Brief: Within the material below, locate the line with "#144=ORIENTED_EDGE('',*,*,#21,.F.);" and the line with "#182=ORIENTED_EDGE('',*,*,#179,.F.);", then return those two lines and all lines between them, exactly as written.

Data for the task:

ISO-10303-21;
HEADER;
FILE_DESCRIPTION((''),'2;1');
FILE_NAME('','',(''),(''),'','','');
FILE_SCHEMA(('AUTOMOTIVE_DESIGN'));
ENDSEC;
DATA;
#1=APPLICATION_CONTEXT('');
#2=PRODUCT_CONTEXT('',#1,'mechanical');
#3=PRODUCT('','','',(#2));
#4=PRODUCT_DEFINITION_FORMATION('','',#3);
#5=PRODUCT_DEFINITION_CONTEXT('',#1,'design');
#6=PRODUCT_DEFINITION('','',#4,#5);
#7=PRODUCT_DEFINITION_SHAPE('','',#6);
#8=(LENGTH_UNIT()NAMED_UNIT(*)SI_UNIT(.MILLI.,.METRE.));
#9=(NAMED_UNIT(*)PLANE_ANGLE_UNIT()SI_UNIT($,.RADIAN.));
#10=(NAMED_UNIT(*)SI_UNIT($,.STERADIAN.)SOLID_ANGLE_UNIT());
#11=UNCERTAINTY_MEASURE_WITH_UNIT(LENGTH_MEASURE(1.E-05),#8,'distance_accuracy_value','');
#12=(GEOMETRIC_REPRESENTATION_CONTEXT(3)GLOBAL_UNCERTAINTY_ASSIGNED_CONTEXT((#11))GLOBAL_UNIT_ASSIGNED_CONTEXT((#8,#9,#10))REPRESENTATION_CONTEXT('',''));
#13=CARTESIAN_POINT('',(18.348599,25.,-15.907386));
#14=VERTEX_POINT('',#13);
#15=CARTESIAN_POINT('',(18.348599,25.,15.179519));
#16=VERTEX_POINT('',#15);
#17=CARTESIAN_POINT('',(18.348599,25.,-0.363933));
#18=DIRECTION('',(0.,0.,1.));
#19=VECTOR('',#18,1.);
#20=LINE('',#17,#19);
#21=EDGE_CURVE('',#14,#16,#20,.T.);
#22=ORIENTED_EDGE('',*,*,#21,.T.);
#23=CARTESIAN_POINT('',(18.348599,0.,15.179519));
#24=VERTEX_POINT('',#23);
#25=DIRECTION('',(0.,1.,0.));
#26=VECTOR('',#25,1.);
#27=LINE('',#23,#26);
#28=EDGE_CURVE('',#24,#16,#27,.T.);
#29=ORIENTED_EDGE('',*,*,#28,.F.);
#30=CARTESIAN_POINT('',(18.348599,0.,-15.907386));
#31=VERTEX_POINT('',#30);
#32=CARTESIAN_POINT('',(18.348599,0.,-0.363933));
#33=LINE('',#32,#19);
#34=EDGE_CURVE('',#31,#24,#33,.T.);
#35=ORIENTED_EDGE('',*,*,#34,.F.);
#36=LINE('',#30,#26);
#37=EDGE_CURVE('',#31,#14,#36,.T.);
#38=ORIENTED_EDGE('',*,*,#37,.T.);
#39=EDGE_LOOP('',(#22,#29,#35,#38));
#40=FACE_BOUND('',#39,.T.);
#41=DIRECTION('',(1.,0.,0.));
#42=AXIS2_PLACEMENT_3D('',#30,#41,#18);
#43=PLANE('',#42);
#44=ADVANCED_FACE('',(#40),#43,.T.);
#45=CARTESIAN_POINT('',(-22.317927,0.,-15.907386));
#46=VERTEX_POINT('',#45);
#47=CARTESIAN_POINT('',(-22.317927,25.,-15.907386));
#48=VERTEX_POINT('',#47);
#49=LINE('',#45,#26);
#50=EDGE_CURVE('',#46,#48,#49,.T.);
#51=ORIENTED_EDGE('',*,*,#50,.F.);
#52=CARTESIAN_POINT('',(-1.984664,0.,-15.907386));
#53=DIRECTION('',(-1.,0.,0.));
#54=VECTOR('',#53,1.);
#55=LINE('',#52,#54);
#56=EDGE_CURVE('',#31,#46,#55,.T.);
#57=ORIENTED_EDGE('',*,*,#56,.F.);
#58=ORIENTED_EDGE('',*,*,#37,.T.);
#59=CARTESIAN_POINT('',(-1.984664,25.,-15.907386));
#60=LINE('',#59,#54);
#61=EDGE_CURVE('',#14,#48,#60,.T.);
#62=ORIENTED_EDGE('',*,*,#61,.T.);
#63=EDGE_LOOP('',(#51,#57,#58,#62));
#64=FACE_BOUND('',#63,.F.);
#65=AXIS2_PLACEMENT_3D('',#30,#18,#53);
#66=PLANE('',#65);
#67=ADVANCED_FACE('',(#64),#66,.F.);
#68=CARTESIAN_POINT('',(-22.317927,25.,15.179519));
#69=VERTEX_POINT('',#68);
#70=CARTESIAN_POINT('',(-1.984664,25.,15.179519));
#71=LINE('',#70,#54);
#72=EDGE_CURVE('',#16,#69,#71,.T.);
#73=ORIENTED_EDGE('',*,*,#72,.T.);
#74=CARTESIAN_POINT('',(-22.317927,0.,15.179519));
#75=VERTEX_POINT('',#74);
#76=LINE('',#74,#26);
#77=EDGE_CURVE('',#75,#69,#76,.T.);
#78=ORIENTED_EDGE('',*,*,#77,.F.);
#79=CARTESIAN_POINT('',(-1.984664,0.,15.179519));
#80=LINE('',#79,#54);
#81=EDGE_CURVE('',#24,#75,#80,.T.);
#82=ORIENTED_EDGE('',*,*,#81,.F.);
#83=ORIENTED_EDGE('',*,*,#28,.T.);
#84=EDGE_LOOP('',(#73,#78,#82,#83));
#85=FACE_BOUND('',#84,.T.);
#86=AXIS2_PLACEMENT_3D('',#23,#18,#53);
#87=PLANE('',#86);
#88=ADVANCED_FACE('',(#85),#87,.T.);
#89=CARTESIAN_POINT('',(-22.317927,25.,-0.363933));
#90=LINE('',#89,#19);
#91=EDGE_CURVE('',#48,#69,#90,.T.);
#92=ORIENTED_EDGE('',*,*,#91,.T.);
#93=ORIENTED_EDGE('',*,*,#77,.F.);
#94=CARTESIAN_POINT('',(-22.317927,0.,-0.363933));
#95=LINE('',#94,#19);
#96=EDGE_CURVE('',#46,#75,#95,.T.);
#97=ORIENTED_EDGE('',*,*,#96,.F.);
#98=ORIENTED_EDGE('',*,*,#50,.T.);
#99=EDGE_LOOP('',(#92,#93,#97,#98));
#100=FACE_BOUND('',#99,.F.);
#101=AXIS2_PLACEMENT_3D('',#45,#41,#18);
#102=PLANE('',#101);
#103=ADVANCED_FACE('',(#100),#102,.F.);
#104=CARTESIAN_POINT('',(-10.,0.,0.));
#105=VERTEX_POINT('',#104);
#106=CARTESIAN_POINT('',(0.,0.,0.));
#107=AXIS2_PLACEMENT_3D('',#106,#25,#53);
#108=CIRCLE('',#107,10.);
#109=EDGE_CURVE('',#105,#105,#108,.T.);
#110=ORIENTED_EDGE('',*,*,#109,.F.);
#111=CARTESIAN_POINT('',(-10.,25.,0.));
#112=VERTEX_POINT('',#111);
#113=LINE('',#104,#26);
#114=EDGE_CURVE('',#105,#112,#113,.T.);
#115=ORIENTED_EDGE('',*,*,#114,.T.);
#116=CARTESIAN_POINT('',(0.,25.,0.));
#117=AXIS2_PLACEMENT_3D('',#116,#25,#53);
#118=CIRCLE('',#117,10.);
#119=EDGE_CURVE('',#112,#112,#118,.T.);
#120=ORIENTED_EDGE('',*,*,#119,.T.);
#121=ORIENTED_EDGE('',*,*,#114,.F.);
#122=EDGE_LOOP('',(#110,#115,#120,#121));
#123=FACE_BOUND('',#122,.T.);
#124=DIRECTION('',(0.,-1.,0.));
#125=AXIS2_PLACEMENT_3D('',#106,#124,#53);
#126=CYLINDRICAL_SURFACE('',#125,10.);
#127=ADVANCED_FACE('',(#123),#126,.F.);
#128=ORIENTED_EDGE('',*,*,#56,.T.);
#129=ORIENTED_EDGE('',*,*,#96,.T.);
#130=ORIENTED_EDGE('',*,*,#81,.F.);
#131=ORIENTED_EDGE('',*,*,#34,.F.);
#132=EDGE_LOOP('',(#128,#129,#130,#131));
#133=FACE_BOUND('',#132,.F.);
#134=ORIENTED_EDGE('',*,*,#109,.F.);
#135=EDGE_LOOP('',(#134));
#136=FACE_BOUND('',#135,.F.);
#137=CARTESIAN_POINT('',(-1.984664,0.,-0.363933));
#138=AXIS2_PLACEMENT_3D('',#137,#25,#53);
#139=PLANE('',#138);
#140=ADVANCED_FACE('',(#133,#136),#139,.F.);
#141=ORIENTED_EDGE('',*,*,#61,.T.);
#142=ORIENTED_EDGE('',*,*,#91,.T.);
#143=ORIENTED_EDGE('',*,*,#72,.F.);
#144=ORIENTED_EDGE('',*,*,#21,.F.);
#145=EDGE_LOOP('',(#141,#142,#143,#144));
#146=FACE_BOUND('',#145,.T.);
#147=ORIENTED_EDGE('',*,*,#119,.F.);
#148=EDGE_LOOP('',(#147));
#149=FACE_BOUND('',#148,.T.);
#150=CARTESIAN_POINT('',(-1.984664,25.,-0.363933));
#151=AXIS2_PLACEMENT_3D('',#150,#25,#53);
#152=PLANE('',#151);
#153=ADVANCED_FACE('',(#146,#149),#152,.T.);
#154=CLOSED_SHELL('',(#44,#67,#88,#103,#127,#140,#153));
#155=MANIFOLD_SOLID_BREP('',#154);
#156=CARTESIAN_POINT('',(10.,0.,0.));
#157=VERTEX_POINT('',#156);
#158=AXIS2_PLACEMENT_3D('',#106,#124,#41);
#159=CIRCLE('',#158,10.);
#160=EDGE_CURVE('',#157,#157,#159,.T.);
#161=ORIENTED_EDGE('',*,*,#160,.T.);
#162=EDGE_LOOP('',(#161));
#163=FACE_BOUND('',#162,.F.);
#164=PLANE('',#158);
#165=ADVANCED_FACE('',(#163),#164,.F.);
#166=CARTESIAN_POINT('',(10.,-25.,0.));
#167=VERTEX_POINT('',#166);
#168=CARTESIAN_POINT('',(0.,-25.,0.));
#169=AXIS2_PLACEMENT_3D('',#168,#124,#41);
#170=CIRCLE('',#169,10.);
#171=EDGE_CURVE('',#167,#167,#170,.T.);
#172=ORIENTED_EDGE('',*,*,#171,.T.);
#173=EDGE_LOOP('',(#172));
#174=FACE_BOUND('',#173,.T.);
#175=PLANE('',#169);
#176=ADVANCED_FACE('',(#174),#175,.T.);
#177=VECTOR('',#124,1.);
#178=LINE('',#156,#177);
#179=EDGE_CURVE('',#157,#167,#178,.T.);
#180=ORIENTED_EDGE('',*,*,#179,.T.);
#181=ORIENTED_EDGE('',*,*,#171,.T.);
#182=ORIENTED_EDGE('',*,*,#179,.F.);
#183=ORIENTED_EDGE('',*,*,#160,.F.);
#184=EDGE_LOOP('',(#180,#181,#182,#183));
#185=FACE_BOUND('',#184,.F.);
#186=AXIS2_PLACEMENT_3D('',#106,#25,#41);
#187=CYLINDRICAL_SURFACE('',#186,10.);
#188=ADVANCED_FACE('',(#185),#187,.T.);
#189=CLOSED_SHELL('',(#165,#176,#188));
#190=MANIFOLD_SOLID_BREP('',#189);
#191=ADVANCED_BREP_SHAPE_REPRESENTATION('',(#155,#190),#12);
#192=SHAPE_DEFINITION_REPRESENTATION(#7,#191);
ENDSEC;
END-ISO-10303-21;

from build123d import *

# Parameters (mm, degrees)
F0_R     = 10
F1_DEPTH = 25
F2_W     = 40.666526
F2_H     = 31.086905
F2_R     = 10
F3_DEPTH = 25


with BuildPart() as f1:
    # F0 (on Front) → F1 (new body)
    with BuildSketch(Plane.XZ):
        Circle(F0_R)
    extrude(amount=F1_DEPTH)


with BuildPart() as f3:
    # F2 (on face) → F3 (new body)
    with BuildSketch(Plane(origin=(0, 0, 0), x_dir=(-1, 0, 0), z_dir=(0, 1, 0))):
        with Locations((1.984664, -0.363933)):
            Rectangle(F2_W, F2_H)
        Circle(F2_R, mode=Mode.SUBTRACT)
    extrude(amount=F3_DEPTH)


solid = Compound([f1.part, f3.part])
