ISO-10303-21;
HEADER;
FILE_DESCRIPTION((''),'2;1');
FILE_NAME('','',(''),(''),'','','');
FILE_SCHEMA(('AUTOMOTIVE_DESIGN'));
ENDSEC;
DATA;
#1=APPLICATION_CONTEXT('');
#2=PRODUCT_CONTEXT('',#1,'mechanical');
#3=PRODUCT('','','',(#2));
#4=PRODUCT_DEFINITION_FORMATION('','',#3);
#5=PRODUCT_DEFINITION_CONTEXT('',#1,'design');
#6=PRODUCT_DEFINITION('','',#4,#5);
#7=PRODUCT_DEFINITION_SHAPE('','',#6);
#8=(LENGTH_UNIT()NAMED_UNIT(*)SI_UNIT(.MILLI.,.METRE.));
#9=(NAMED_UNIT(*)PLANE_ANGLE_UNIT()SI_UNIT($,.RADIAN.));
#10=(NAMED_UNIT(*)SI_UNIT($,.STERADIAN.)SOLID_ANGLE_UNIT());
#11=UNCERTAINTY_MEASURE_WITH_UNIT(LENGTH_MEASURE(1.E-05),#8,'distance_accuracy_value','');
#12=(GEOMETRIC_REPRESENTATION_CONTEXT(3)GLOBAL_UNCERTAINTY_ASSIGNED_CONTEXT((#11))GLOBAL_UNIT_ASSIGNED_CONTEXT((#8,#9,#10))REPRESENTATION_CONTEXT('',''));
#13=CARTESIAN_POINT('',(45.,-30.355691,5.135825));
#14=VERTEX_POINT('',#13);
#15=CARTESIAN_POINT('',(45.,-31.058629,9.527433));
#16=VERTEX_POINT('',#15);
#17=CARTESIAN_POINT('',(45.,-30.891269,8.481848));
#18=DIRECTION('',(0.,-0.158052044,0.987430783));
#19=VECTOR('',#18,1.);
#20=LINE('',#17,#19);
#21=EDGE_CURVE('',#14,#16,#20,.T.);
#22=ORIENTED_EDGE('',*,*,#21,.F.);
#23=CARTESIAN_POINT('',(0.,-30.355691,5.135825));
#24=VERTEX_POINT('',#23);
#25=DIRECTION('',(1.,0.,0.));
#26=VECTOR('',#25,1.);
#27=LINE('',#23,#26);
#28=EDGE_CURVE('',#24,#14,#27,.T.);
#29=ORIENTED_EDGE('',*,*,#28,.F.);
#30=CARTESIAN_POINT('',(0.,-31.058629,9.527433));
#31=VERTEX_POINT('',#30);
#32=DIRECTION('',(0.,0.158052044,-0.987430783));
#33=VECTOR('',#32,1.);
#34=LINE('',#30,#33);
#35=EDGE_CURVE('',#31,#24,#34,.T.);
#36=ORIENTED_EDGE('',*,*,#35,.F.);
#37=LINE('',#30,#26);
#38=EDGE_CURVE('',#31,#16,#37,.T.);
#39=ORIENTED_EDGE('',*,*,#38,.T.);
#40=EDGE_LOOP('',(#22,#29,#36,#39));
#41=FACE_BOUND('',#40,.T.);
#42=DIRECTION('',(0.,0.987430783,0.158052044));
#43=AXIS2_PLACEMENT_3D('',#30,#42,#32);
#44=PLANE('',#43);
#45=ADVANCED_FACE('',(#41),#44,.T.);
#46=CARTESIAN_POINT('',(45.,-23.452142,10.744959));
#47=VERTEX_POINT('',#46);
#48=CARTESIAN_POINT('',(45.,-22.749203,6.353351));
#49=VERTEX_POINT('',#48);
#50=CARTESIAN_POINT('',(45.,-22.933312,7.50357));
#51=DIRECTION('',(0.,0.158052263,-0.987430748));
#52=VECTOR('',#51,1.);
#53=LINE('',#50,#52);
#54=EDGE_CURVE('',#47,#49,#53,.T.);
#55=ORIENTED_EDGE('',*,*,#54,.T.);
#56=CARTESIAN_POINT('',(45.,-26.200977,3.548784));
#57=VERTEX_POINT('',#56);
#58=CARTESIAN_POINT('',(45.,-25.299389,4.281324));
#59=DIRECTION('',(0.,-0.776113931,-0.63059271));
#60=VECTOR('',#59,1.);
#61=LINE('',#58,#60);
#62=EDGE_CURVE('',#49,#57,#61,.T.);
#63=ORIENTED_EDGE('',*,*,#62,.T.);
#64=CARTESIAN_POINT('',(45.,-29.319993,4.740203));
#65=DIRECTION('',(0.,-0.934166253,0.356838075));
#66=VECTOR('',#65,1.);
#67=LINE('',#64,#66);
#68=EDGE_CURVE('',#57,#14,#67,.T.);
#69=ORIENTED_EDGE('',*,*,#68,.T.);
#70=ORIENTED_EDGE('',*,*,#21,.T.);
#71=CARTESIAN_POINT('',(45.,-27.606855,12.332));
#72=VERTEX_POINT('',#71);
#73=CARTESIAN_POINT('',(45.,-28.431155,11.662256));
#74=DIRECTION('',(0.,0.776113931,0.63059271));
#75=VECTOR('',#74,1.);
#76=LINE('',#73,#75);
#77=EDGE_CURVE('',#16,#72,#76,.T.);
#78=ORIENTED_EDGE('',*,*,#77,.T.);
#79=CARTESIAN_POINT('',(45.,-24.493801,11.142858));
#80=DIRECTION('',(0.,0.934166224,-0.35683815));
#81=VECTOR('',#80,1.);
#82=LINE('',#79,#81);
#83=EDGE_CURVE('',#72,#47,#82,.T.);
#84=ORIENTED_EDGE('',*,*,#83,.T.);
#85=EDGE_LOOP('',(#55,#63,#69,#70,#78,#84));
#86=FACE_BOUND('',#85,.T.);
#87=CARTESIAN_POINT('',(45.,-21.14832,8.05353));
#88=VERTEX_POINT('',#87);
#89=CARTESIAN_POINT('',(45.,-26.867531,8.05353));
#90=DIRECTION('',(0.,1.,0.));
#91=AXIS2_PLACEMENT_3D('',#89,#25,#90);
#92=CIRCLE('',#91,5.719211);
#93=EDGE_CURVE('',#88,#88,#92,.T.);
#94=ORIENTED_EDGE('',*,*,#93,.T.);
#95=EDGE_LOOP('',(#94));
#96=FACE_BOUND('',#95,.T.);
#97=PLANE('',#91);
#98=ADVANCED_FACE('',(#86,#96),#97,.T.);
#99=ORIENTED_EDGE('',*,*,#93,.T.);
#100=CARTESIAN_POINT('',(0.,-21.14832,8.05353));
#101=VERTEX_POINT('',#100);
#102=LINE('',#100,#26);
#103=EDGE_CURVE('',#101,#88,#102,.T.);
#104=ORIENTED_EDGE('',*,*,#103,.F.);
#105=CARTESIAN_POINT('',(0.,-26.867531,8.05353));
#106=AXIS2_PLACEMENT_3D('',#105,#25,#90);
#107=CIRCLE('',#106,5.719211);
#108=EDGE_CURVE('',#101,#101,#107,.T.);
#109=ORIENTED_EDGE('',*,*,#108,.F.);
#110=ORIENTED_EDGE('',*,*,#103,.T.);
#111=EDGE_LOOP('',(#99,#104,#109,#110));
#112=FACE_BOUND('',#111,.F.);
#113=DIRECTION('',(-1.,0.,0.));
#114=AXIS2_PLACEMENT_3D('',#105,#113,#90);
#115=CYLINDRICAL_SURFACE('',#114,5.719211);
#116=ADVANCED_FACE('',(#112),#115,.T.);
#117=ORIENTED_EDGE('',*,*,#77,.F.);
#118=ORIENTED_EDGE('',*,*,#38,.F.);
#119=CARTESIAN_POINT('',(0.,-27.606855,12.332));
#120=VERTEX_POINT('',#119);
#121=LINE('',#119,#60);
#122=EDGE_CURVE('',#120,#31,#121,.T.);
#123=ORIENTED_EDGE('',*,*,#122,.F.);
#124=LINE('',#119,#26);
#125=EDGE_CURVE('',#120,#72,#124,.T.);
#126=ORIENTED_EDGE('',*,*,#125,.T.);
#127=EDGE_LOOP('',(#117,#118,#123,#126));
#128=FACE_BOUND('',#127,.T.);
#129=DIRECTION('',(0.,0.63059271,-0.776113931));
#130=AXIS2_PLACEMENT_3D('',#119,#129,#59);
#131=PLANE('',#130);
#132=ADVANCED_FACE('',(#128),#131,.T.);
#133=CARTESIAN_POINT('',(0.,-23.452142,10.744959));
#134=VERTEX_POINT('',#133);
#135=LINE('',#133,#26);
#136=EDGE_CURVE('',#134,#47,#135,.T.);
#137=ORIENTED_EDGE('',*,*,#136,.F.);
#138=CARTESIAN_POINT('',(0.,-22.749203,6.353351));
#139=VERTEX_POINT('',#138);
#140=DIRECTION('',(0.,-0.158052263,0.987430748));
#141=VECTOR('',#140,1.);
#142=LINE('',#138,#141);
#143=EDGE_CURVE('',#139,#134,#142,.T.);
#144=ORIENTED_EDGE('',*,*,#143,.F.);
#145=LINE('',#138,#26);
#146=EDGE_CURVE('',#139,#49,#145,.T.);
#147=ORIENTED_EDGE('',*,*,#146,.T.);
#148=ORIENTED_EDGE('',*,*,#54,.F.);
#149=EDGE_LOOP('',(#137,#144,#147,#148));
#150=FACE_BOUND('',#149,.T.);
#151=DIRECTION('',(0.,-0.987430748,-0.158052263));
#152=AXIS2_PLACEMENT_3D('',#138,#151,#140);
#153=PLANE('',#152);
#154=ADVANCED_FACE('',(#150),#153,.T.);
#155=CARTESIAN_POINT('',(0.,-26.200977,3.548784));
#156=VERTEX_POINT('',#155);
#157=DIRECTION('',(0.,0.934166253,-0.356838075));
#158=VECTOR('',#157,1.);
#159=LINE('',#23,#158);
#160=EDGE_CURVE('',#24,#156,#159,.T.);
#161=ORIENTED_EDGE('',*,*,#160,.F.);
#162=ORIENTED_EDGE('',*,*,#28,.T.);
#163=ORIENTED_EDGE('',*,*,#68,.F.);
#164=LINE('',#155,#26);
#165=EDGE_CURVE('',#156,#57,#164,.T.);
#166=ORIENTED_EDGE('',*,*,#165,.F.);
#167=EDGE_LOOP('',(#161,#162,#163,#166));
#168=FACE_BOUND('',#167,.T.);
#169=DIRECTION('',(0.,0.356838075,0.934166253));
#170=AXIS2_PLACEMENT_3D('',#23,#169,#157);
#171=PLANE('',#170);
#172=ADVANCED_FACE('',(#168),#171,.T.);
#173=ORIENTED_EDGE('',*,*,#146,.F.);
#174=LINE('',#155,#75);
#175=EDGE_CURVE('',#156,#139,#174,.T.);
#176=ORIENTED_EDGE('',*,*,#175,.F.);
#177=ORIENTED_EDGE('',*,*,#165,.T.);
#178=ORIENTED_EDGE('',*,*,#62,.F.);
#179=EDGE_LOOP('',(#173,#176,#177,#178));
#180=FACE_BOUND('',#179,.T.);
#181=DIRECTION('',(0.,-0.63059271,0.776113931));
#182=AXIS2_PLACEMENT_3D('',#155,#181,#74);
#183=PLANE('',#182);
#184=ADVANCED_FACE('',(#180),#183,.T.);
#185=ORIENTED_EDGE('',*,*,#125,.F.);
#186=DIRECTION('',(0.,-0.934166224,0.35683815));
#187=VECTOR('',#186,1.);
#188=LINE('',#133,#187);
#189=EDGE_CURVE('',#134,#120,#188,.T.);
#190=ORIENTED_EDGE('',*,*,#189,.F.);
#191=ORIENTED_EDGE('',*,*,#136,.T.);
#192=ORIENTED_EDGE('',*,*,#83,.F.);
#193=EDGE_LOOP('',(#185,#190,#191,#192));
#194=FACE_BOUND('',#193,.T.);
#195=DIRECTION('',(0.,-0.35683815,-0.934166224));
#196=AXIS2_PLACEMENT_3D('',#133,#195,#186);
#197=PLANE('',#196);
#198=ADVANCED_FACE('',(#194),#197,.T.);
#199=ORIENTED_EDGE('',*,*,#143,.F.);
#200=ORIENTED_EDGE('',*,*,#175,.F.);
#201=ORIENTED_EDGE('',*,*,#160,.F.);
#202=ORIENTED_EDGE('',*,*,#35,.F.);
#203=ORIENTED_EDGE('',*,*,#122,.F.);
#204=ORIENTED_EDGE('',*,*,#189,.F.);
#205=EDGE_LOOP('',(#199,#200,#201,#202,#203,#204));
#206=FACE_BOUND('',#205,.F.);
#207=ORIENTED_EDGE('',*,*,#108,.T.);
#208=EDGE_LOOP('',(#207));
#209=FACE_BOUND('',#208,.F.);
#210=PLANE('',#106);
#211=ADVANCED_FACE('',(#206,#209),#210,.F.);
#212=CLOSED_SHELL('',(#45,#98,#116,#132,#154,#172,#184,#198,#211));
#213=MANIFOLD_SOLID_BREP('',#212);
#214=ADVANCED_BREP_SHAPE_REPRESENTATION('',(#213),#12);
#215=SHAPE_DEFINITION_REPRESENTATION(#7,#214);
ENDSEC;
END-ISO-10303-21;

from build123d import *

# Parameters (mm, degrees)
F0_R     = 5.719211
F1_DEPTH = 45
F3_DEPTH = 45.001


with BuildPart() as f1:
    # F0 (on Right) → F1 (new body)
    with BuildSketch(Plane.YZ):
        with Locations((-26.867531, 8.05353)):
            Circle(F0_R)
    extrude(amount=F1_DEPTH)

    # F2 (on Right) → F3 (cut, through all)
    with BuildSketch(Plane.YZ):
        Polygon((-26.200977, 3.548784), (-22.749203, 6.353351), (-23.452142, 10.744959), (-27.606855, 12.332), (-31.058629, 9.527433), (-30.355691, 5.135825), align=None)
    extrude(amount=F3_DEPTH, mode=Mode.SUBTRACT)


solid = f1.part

Result:
#144=ORIENTED_EDGE('',*,*,#21,.F.);
#145=EDGE_LOOP('',(#141,#142,#143,#144));
#146=FACE_BOUND('',#145,.T.);
#147=ORIENTED_EDGE('',*,*,#119,.F.);
#148=EDGE_LOOP('',(#147));
#149=FACE_BOUND('',#148,.T.);
#150=CARTESIAN_POINT('',(-1.984664,25.,-0.363933));
#151=AXIS2_PLACEMENT_3D('',#150,#25,#53);
#152=PLANE('',#151);
#153=ADVANCED_FACE('',(#146,#149),#152,.T.);
#154=CLOSED_SHELL('',(#44,#67,#88,#103,#127,#140,#153));
#155=MANIFOLD_SOLID_BREP('',#154);
#156=CARTESIAN_POINT('',(10.,0.,0.));
#157=VERTEX_POINT('',#156);
#158=AXIS2_PLACEMENT_3D('',#106,#124,#41);
#159=CIRCLE('',#158,10.);
#160=EDGE_CURVE('',#157,#157,#159,.T.);
#161=ORIENTED_EDGE('',*,*,#160,.T.);
#162=EDGE_LOOP('',(#161));
#163=FACE_BOUND('',#162,.F.);
#164=PLANE('',#158);
#165=ADVANCED_FACE('',(#163),#164,.F.);
#166=CARTESIAN_POINT('',(10.,-25.,0.));
#167=VERTEX_POINT('',#166);
#168=CARTESIAN_POINT('',(0.,-25.,0.));
#169=AXIS2_PLACEMENT_3D('',#168,#124,#41);
#170=CIRCLE('',#169,10.);
#171=EDGE_CURVE('',#167,#167,#170,.T.);
#172=ORIENTED_EDGE('',*,*,#171,.T.);
#173=EDGE_LOOP('',(#172));
#174=FACE_BOUND('',#173,.T.);
#175=PLANE('',#169);
#176=ADVANCED_FACE('',(#174),#175,.T.);
#177=VECTOR('',#124,1.);
#178=LINE('',#156,#177);
#179=EDGE_CURVE('',#157,#167,#178,.T.);
#180=ORIENTED_EDGE('',*,*,#179,.T.);
#181=ORIENTED_EDGE('',*,*,#171,.T.);
#182=ORIENTED_EDGE('',*,*,#179,.F.);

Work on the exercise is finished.